From the first line through the line containing "f 133 154 153", transcribe the records exactly and include no other lines.

*** Opening of Supplied information ***

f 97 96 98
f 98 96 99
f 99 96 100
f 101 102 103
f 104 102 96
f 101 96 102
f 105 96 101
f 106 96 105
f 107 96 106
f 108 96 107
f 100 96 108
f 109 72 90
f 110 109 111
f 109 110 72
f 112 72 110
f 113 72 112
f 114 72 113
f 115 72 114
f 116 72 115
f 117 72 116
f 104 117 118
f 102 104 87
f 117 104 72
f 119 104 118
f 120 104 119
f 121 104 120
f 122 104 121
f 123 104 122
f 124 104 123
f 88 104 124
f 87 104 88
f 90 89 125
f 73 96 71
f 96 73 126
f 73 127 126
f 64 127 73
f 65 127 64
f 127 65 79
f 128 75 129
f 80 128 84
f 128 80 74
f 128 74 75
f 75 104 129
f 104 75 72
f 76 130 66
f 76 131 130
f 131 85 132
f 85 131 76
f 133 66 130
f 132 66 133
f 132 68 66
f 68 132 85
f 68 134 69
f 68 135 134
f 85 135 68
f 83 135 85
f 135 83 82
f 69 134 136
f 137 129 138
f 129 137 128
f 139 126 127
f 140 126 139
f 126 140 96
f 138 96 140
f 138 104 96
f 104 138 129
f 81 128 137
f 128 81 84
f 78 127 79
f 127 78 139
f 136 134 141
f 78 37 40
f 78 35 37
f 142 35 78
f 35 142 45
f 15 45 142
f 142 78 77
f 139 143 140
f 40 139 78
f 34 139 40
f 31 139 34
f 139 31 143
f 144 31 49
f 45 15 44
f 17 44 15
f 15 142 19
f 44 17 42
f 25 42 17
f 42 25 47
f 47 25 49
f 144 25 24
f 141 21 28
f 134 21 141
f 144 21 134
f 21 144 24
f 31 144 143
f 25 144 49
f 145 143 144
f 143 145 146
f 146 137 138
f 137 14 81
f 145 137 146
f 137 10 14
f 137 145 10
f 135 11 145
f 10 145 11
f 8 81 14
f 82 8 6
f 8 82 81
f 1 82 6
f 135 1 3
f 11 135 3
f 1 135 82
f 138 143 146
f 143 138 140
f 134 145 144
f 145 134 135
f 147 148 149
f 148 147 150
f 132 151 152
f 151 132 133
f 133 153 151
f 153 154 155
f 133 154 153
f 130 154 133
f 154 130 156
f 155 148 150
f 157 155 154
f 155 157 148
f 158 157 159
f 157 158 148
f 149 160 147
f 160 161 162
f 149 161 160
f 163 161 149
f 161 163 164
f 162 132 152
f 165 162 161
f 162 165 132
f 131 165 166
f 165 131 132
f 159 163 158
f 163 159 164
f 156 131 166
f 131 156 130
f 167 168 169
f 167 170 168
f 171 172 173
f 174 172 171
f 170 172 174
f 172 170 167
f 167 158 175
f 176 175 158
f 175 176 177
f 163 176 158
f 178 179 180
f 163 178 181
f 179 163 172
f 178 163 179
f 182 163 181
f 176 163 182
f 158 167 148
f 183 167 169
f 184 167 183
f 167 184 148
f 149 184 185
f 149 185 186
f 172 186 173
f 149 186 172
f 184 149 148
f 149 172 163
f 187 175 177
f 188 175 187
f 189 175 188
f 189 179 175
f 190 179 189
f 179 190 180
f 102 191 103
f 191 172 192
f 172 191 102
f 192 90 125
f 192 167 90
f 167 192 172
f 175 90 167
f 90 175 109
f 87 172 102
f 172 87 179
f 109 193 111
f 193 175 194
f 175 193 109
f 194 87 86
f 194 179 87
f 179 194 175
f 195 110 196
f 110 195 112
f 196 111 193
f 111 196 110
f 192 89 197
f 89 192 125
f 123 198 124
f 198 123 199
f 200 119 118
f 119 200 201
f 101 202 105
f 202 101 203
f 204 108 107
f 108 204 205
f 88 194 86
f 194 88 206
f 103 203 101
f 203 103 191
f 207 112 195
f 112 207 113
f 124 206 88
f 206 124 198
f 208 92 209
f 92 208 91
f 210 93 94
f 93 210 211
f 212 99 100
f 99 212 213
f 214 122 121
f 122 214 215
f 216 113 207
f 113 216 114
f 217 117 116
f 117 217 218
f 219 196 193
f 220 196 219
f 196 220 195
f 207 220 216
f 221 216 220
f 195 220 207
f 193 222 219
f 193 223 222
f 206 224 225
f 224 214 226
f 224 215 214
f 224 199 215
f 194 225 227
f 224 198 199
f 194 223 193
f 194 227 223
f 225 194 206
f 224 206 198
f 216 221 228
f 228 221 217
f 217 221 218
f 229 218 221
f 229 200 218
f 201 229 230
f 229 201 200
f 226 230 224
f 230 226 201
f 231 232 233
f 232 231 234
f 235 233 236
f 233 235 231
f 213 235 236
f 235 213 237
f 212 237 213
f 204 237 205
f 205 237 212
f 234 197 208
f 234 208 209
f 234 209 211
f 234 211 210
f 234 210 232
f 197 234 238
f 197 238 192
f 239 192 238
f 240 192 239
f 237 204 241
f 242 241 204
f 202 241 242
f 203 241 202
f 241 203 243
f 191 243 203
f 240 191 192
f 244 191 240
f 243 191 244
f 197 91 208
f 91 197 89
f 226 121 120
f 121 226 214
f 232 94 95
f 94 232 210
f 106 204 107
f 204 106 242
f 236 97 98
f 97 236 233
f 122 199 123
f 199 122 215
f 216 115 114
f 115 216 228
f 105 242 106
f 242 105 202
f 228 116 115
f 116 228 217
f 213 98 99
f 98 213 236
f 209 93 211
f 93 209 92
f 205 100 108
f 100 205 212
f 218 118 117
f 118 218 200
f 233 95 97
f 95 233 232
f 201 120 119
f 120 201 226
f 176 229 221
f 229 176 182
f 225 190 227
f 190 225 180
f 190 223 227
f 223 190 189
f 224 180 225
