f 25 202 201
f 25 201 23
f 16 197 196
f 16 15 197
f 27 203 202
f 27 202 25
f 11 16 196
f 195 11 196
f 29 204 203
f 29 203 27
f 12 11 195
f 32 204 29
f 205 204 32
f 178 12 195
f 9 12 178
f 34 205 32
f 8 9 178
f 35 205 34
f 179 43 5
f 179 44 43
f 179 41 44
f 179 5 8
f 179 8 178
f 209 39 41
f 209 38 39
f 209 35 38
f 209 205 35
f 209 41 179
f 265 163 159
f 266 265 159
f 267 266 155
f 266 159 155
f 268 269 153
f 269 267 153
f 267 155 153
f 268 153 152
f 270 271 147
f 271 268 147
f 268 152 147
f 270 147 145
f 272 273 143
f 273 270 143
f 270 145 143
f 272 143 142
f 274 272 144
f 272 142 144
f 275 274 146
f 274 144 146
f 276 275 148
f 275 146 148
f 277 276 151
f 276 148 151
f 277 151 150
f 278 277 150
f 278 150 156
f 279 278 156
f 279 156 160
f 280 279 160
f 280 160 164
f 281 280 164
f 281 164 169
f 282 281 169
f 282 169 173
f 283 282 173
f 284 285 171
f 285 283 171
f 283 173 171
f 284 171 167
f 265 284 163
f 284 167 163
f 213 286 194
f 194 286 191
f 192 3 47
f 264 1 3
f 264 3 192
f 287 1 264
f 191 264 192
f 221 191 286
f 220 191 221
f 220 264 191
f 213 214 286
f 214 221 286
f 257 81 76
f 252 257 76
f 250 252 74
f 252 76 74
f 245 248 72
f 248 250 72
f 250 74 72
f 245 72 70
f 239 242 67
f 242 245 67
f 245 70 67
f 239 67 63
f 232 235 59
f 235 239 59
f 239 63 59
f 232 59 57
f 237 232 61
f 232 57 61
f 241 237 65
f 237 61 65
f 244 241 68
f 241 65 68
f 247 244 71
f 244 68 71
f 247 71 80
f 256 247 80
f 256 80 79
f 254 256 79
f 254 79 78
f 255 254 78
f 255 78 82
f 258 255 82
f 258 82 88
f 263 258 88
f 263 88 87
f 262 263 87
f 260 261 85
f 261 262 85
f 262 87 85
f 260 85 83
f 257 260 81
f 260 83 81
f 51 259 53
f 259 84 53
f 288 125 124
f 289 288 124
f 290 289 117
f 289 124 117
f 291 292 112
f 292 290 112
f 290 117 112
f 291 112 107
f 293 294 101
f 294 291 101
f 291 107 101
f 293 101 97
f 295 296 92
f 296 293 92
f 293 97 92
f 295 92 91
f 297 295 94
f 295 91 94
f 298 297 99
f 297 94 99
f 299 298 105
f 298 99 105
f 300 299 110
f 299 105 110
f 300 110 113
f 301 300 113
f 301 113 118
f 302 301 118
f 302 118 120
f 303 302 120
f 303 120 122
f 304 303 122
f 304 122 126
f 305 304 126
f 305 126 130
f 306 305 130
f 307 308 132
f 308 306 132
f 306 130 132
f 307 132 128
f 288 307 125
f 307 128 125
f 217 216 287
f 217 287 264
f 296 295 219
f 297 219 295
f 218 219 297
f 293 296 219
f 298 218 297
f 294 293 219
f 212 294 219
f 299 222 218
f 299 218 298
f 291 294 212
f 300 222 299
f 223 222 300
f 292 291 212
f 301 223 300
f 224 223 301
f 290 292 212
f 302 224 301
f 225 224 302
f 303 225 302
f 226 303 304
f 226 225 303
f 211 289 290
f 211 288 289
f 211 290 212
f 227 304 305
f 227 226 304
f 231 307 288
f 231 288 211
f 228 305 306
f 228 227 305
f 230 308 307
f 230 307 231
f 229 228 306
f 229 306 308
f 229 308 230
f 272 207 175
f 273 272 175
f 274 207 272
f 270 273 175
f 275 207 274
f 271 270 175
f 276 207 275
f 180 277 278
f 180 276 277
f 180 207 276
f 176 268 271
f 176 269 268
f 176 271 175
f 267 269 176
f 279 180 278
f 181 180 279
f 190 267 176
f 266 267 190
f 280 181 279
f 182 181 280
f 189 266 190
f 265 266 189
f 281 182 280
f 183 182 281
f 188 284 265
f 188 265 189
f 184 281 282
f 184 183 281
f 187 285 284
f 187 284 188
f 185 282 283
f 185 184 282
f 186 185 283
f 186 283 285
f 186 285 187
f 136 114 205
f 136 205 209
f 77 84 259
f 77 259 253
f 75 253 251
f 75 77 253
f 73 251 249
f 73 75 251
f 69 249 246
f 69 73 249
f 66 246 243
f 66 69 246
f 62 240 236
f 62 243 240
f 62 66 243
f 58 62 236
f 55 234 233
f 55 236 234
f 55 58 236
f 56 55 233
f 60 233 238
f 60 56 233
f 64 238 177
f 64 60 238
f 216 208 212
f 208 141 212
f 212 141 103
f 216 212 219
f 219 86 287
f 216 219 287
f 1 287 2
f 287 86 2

*** Close of Supplied information ***

Completed task >>
f 97 96 98
f 98 96 99
f 99 96 100
f 101 102 103
f 104 102 96
f 101 96 102
f 105 96 101
f 106 96 105
f 107 96 106
f 108 96 107
f 100 96 108
f 109 72 90
f 110 109 111
f 109 110 72
f 112 72 110
f 113 72 112
f 114 72 113
f 115 72 114
f 116 72 115
f 117 72 116
f 104 117 118
f 102 104 87
f 117 104 72
f 119 104 118
f 120 104 119
f 121 104 120
f 122 104 121
f 123 104 122
f 124 104 123
f 88 104 124
f 87 104 88
f 90 89 125
f 73 96 71
f 96 73 126
f 73 127 126
f 64 127 73
f 65 127 64
f 127 65 79
f 128 75 129
f 80 128 84
f 128 80 74
f 128 74 75
f 75 104 129
f 104 75 72
f 76 130 66
f 76 131 130
f 131 85 132
f 85 131 76
f 133 66 130
f 132 66 133
f 132 68 66
f 68 132 85
f 68 134 69
f 68 135 134
f 85 135 68
f 83 135 85
f 135 83 82
f 69 134 136
f 137 129 138
f 129 137 128
f 139 126 127
f 140 126 139
f 126 140 96
f 138 96 140
f 138 104 96
f 104 138 129
f 81 128 137
f 128 81 84
f 78 127 79
f 127 78 139
f 136 134 141
f 78 37 40
f 78 35 37
f 142 35 78
f 35 142 45
f 15 45 142
f 142 78 77
f 139 143 140
f 40 139 78
f 34 139 40
f 31 139 34
f 139 31 143
f 144 31 49
f 45 15 44
f 17 44 15
f 15 142 19
f 44 17 42
f 25 42 17
f 42 25 47
f 47 25 49
f 144 25 24
f 141 21 28
f 134 21 141
f 144 21 134
f 21 144 24
f 31 144 143
f 25 144 49
f 145 143 144
f 143 145 146
f 146 137 138
f 137 14 81
f 145 137 146
f 137 10 14
f 137 145 10
f 135 11 145
f 10 145 11
f 8 81 14
f 82 8 6
f 8 82 81
f 1 82 6
f 135 1 3
f 11 135 3
f 1 135 82
f 138 143 146
f 143 138 140
f 134 145 144
f 145 134 135
f 147 148 149
f 148 147 150
f 132 151 152
f 151 132 133
f 133 153 151
f 153 154 155
f 133 154 153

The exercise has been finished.